What to produce. Would you reproduce the whole listing below without altering a single word?
╔══
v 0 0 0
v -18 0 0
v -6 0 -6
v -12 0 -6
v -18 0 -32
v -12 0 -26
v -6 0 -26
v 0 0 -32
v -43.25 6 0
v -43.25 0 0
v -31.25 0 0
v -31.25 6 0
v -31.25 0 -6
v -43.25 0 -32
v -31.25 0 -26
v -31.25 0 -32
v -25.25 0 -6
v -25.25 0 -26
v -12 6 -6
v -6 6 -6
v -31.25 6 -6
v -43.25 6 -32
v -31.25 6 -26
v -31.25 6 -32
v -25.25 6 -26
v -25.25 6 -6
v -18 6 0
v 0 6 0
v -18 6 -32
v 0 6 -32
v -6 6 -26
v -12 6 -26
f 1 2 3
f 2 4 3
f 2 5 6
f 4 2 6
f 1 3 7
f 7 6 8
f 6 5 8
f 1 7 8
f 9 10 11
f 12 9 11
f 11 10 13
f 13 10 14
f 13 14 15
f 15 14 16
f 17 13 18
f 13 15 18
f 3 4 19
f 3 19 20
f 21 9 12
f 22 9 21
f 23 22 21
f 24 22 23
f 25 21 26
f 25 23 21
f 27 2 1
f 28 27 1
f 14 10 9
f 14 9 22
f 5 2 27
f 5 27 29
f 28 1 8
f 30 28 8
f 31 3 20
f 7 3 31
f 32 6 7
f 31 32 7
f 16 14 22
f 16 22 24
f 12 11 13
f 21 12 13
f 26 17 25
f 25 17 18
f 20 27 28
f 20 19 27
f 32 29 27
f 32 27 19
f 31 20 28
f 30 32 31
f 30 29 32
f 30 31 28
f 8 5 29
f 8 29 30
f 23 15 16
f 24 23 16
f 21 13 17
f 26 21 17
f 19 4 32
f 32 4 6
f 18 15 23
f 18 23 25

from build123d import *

# Parameters (mm, degrees)
SKETCH1_W           = 12
SKETCH1_H           = 32
SKETCH1_W_2         = 6
SKETCH1_H_2         = 20
SKETCH1_W_3         = 18
BOSS_EXTRUDE1_DEPTH = 6


with BuildPart() as part:
    # Sketch1 → Boss-Extrude1 (new body)
    # profile 1 of 3: a face of its own
    with BuildSketch(Plane(origin=(0, 0, 0), x_dir=(1, 0, 0), z_dir=(0, 1, 0))):
        with Locations((-37.25, 16)):
            Rectangle(SKETCH1_W, SKETCH1_H)
    # profile 2 of 3: a face of its own
    with BuildSketch(Plane(origin=(0, 0, 0), x_dir=(1, 0, 0), z_dir=(0, 1, 0))):
        with Locations((-28.25, 16)):
            Rectangle(SKETCH1_W_2, SKETCH1_H_2)
    # profile 3 of 3: a face of its own
    with BuildSketch(Plane(origin=(0, 0, 0), x_dir=(1, 0, 0), z_dir=(0, 1, 0))):
        with Locations((-9, 16)):
            Rectangle(SKETCH1_W_3, SKETCH1_H)
        with Locations((-9, 16)):
            Rectangle(SKETCH1_W_2, SKETCH1_H_2, mode=Mode.SUBTRACT)
    extrude(amount=BOSS_EXTRUDE1_DEPTH)


solid = part.part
╚══
Solution to the problem.
v 0 0 0
v -18 0 0
v -6 0 -6
v -12 0 -6
v -18 0 -32
v -12 0 -26
v -6 0 -26
v 0 0 -32
v -43.25 6 0
v -43.25 0 0
v -31.25 0 0
v -31.25 6 0
v -31.25 0 -6
v -43.25 0 -32
v -31.25 0 -26
v -31.25 0 -32
v -25.25 0 -6
v -25.25 0 -26
v -12 6 -6
v -6 6 -6
v -31.25 6 -6
v -43.25 6 -32
v -31.25 6 -26
v -31.25 6 -32
v -25.25 6 -26
v -25.25 6 -6
v -18 6 0
v 0 6 0
v -18 6 -32
v 0 6 -32
v -6 6 -26
v -12 6 -26
f 1 2 3
f 2 4 3
f 2 5 6
f 4 2 6
f 1 3 7
f 7 6 8
f 6 5 8
f 1 7 8
f 9 10 11
f 12 9 11
f 11 10 13
f 13 10 14
f 13 14 15
f 15 14 16
f 17 13 18
f 13 15 18
f 3 4 19
f 3 19 20
f 21 9 12
f 22 9 21
f 23 22 21
f 24 22 23
f 25 21 26
f 25 23 21
f 27 2 1
f 28 27 1
f 14 10 9
f 14 9 22
f 5 2 27
f 5 27 29
f 28 1 8
f 30 28 8
f 31 3 20
f 7 3 31
f 32 6 7
f 31 32 7
f 16 14 22
f 16 22 24
f 12 11 13
f 21 12 13
f 26 17 25
f 25 17 18
f 20 27 28
f 20 19 27
f 32 29 27
f 32 27 19
f 31 20 28
f 30 32 31
f 30 29 32
f 30 31 28
f 8 5 29
f 8 29 30
f 23 15 16
f 24 23 16
f 21 13 17
f 26 21 17
f 19 4 32
f 32 4 6
f 18 15 23
f 18 23 25

from build123d import *

# Parameters (mm, degrees)
SKETCH1_W           = 12
SKETCH1_H           = 32
SKETCH1_W_2         = 6
SKETCH1_H_2         = 20
SKETCH1_W_3         = 18
BOSS_EXTRUDE1_DEPTH = 6


with BuildPart() as part:
    # Sketch1 → Boss-Extrude1 (new body)
    # profile 1 of 3: a face of its own
    with BuildSketch(Plane(origin=(0, 0, 0), x_dir=(1, 0, 0), z_dir=(0, 1, 0))):
        with Locations((-37.25, 16)):
            Rectangle(SKETCH1_W, SKETCH1_H)
    # profile 2 of 3: a face of its own
    with BuildSketch(Plane(origin=(0, 0, 0), x_dir=(1, 0, 0), z_dir=(0, 1, 0))):
        with Locations((-28.25, 16)):
            Rectangle(SKETCH1_W_2, SKETCH1_H_2)
    # profile 3 of 3: a face of its own
    with BuildSketch(Plane(origin=(0, 0, 0), x_dir=(1, 0, 0), z_dir=(0, 1, 0))):
        with Locations((-9, 16)):
            Rectangle(SKETCH1_W_3, SKETCH1_H)
        with Locations((-9, 16)):
            Rectangle(SKETCH1_W_2, SKETCH1_H_2, mode=Mode.SUBTRACT)
    extrude(amount=BOSS_EXTRUDE1_DEPTH)


solid = part.part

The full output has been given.